Your goal
Write out the lines from the top of the material through the line with "#328=FACE_BOUND('',#327,.T.);", exactly and with nothing added.

Supplied data

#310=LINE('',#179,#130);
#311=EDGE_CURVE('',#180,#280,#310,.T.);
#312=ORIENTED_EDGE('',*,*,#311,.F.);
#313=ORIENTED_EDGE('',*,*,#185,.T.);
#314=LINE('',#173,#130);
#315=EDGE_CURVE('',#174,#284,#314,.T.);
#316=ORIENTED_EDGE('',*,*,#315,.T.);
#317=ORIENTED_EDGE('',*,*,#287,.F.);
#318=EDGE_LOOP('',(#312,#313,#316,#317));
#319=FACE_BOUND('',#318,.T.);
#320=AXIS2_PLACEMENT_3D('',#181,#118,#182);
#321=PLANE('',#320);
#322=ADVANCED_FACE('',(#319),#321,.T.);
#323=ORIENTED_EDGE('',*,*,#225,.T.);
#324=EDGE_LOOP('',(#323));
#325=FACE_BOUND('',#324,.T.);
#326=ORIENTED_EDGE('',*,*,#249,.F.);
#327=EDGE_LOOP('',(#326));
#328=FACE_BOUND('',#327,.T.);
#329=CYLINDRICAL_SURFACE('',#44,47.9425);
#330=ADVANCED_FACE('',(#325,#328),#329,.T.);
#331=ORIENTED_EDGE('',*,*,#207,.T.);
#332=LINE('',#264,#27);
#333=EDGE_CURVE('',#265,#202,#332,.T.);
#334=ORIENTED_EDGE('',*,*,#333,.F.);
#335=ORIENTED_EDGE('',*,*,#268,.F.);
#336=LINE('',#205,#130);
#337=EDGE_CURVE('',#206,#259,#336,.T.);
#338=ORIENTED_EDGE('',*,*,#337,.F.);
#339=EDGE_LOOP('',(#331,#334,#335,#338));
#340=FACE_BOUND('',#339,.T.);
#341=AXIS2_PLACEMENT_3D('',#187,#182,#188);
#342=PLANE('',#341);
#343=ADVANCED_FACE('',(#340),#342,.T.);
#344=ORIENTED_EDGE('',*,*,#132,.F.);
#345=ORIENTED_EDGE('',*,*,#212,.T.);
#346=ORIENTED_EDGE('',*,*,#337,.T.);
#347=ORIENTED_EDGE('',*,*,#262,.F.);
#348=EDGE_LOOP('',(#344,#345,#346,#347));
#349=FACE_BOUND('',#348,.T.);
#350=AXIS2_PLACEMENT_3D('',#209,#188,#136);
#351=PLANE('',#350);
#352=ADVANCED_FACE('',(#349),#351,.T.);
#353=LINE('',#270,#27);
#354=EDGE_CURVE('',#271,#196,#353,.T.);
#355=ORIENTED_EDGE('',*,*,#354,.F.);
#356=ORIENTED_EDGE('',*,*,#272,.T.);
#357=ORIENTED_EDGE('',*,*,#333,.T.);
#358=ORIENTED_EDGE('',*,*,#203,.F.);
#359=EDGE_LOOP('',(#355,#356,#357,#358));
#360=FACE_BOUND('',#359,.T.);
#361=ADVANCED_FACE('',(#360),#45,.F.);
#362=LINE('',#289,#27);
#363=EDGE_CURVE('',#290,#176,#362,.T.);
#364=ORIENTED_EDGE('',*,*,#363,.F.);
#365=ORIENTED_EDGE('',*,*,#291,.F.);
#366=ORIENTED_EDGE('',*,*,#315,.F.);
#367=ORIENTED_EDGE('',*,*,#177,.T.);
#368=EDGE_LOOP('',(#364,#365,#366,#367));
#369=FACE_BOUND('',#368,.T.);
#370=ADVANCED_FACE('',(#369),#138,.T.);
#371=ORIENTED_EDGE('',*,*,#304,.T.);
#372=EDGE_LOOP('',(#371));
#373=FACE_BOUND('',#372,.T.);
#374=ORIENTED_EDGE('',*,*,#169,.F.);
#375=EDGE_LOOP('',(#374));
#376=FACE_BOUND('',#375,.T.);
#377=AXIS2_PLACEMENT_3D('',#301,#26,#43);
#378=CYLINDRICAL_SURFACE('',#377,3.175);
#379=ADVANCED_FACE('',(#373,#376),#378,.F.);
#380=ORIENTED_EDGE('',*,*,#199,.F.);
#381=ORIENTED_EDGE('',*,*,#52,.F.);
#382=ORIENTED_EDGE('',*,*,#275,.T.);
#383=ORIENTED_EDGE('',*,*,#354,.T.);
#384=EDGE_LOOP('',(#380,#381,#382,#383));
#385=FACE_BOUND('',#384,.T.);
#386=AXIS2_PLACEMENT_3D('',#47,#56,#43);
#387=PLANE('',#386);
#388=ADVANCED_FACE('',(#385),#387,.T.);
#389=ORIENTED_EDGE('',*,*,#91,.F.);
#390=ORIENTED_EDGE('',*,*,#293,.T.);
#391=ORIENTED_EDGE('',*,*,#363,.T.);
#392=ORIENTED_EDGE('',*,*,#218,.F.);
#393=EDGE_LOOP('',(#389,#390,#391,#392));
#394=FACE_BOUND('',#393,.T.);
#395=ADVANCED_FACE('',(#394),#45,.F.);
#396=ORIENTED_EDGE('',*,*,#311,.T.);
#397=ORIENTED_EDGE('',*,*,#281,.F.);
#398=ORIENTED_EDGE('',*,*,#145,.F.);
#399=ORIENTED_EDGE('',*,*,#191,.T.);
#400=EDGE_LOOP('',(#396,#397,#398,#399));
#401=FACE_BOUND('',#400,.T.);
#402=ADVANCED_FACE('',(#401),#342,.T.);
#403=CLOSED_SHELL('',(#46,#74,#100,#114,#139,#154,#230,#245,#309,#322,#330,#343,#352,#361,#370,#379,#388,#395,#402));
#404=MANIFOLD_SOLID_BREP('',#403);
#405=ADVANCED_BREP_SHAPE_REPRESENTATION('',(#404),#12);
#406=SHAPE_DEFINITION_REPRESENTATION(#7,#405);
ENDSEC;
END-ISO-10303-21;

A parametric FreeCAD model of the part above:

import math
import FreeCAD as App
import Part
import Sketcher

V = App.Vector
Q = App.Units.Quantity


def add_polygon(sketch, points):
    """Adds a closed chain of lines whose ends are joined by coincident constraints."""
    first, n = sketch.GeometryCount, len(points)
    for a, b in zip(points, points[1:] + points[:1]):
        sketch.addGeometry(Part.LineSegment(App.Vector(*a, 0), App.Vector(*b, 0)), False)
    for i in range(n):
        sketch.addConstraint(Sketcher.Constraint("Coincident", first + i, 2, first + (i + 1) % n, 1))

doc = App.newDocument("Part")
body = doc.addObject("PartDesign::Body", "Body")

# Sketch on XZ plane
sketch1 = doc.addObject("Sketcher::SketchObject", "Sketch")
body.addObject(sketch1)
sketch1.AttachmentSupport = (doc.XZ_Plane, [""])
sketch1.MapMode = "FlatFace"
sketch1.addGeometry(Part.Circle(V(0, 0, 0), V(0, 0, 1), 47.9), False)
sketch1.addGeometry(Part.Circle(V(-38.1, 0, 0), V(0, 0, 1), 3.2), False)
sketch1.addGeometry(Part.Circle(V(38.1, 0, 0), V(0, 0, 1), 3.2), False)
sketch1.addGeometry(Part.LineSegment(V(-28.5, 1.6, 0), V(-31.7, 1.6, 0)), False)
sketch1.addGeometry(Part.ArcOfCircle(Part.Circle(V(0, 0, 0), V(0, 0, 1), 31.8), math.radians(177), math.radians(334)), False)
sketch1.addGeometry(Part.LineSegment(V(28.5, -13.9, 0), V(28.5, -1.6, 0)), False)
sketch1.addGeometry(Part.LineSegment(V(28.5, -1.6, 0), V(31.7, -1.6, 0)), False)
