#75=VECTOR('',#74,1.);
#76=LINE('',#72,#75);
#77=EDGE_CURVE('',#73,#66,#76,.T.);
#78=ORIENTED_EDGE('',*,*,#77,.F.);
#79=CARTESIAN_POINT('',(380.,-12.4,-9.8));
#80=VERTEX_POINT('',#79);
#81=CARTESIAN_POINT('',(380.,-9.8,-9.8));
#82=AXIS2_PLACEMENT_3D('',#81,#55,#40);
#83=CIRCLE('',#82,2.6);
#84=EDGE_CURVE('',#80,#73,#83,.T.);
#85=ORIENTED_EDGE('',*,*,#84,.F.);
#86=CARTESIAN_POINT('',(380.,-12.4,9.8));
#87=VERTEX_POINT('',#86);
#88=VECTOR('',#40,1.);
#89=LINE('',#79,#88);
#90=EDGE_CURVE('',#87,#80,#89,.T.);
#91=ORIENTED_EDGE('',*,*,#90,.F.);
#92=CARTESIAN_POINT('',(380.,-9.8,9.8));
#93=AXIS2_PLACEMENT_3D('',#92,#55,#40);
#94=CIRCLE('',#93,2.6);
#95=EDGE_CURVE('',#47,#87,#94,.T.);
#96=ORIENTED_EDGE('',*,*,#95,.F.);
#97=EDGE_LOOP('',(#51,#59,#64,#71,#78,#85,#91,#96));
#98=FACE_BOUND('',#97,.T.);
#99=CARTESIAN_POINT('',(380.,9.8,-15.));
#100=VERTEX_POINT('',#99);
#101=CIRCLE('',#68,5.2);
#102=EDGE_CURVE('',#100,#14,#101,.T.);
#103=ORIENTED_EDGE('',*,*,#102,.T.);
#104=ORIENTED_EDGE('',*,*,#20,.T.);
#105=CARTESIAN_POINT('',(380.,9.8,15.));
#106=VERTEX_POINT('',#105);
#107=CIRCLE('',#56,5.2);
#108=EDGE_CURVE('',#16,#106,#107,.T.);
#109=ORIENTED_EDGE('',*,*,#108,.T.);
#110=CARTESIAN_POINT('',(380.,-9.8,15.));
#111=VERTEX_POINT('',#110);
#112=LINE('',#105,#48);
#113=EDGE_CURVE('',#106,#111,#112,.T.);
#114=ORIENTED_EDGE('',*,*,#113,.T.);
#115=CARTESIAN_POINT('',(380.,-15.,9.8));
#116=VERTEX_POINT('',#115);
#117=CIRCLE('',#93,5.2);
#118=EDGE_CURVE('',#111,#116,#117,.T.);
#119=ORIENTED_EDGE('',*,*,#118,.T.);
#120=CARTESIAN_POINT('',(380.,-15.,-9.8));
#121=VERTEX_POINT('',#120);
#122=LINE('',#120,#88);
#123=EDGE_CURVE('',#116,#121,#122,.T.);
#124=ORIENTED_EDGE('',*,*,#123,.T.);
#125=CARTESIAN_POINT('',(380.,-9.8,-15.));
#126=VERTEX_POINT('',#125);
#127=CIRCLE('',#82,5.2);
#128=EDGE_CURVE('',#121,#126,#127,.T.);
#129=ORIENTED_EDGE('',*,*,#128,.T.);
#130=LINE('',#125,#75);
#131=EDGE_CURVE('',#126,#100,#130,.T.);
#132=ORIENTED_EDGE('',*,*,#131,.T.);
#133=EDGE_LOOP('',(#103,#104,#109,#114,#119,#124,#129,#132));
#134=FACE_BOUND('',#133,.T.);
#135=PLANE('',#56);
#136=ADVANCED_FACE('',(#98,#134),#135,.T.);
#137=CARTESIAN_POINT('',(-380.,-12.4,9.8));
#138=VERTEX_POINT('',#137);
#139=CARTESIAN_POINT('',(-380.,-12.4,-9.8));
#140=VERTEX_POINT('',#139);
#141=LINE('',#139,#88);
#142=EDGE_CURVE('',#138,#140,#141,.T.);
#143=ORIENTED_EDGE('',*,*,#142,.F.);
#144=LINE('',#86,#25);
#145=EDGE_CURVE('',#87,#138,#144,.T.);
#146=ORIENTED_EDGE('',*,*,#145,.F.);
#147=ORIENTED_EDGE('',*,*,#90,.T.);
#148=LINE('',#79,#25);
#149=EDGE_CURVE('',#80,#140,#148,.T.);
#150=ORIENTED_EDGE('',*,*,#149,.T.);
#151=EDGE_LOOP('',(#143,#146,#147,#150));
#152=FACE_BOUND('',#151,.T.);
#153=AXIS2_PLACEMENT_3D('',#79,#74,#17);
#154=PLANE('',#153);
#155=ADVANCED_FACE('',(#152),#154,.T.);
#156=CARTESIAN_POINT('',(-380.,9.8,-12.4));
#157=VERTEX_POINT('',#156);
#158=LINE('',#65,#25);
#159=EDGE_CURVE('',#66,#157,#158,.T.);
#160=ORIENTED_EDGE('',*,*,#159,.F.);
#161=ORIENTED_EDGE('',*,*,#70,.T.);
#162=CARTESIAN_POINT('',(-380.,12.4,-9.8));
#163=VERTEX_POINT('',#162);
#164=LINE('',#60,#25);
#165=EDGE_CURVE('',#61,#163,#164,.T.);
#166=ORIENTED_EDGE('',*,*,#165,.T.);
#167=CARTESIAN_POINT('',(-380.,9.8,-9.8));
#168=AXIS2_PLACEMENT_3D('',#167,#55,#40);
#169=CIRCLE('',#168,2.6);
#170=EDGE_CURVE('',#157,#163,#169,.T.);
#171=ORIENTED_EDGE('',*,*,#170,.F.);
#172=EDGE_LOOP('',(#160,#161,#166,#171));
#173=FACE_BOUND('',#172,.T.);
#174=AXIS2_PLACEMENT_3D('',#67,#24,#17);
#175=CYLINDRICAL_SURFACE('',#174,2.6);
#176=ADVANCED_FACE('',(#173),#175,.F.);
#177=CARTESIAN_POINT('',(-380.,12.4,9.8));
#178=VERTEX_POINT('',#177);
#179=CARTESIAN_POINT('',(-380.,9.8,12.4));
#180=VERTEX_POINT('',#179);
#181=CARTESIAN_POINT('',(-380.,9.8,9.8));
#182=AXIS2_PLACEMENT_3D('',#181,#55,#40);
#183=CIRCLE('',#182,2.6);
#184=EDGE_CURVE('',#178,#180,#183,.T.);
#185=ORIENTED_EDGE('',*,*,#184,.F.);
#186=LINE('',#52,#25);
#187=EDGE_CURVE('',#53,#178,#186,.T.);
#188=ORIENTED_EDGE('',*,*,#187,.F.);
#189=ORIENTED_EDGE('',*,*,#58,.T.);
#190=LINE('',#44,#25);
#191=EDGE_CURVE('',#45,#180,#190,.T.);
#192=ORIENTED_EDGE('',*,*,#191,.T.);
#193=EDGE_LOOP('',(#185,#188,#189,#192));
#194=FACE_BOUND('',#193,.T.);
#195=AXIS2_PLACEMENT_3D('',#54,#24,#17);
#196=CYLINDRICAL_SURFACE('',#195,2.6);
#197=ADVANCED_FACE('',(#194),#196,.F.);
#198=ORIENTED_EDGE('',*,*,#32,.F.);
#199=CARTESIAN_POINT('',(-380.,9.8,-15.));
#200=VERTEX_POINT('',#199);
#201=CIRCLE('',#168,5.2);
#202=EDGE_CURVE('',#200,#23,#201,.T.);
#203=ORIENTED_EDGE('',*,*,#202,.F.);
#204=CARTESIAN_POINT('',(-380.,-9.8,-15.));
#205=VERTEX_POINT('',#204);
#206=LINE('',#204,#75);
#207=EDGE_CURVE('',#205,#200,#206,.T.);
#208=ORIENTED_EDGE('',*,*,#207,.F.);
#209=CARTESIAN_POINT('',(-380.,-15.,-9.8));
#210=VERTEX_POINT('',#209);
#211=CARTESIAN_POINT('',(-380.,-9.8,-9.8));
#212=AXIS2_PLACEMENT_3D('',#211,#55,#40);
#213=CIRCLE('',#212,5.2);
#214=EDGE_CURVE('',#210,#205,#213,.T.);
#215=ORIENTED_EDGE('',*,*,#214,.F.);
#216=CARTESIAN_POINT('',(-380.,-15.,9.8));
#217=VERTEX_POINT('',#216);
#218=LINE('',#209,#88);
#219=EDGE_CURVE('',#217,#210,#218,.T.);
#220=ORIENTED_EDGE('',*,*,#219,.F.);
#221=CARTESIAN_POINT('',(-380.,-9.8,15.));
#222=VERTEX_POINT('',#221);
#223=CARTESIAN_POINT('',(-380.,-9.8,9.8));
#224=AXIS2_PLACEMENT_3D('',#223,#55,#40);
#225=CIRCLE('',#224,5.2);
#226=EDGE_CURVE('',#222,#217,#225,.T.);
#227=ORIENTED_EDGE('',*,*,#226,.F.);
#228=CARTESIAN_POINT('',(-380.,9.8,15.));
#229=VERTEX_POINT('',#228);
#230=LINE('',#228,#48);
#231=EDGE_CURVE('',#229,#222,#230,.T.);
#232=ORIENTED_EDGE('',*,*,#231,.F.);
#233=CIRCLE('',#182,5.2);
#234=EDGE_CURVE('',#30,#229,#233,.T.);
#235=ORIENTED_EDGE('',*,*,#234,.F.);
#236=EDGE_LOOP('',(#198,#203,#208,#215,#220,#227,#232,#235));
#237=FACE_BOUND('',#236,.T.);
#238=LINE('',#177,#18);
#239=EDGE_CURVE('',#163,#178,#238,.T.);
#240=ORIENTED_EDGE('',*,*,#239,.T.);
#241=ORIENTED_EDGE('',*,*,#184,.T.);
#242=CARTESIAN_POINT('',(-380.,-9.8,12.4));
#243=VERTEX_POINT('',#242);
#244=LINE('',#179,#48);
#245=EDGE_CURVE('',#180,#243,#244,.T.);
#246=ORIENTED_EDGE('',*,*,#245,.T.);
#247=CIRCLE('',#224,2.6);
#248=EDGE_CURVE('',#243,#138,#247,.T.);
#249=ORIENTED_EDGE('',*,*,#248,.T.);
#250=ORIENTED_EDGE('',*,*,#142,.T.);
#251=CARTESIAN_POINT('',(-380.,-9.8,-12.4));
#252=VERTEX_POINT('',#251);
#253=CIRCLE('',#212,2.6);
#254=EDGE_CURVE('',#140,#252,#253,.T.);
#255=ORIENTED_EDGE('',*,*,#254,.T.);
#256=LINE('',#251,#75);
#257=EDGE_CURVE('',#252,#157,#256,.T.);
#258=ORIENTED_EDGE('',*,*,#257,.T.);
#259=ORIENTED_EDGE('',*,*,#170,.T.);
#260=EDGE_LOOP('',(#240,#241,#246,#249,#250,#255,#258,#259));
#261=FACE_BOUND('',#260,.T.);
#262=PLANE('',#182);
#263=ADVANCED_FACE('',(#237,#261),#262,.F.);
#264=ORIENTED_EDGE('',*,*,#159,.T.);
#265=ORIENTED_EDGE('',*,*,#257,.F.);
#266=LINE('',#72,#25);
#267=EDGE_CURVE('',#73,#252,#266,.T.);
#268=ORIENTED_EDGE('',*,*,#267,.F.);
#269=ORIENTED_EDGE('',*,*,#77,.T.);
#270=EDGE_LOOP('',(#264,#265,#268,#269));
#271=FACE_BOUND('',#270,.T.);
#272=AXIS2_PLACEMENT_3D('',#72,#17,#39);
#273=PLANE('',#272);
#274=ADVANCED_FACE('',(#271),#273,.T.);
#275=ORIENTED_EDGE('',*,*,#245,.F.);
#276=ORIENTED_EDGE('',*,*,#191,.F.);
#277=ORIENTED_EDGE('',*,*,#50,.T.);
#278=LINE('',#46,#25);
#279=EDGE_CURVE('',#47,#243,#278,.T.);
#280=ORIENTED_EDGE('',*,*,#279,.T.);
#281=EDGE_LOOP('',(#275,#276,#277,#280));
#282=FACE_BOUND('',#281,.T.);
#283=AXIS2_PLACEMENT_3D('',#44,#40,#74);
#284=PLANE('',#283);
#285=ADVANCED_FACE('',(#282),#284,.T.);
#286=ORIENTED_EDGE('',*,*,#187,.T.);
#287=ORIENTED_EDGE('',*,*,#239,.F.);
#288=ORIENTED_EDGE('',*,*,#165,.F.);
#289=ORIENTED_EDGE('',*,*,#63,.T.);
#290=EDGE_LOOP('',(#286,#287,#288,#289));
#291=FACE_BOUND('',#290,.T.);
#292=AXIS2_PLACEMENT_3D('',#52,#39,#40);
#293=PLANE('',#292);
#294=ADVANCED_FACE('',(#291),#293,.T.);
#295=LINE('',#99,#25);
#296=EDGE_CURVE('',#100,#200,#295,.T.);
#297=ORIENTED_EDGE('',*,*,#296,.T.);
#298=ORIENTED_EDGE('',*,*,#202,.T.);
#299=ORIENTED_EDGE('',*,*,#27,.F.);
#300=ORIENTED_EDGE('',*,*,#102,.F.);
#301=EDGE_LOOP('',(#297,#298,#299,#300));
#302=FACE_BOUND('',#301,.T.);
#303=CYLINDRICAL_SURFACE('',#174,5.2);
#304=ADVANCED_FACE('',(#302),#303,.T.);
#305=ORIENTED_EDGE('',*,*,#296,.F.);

Result
#310=LINE('',#179,#130);
#311=EDGE_CURVE('',#180,#280,#310,.T.);
#312=ORIENTED_EDGE('',*,*,#311,.F.);
#313=ORIENTED_EDGE('',*,*,#185,.T.);
#314=LINE('',#173,#130);
#315=EDGE_CURVE('',#174,#284,#314,.T.);
#316=ORIENTED_EDGE('',*,*,#315,.T.);
#317=ORIENTED_EDGE('',*,*,#287,.F.);
#318=EDGE_LOOP('',(#312,#313,#316,#317));
#319=FACE_BOUND('',#318,.T.);
#320=AXIS2_PLACEMENT_3D('',#181,#118,#182);
#321=PLANE('',#320);
#322=ADVANCED_FACE('',(#319),#321,.T.);
#323=ORIENTED_EDGE('',*,*,#225,.T.);
#324=EDGE_LOOP('',(#323));
#325=FACE_BOUND('',#324,.T.);
#326=ORIENTED_EDGE('',*,*,#249,.F.);
#327=EDGE_LOOP('',(#326));
#328=FACE_BOUND('',#327,.T.);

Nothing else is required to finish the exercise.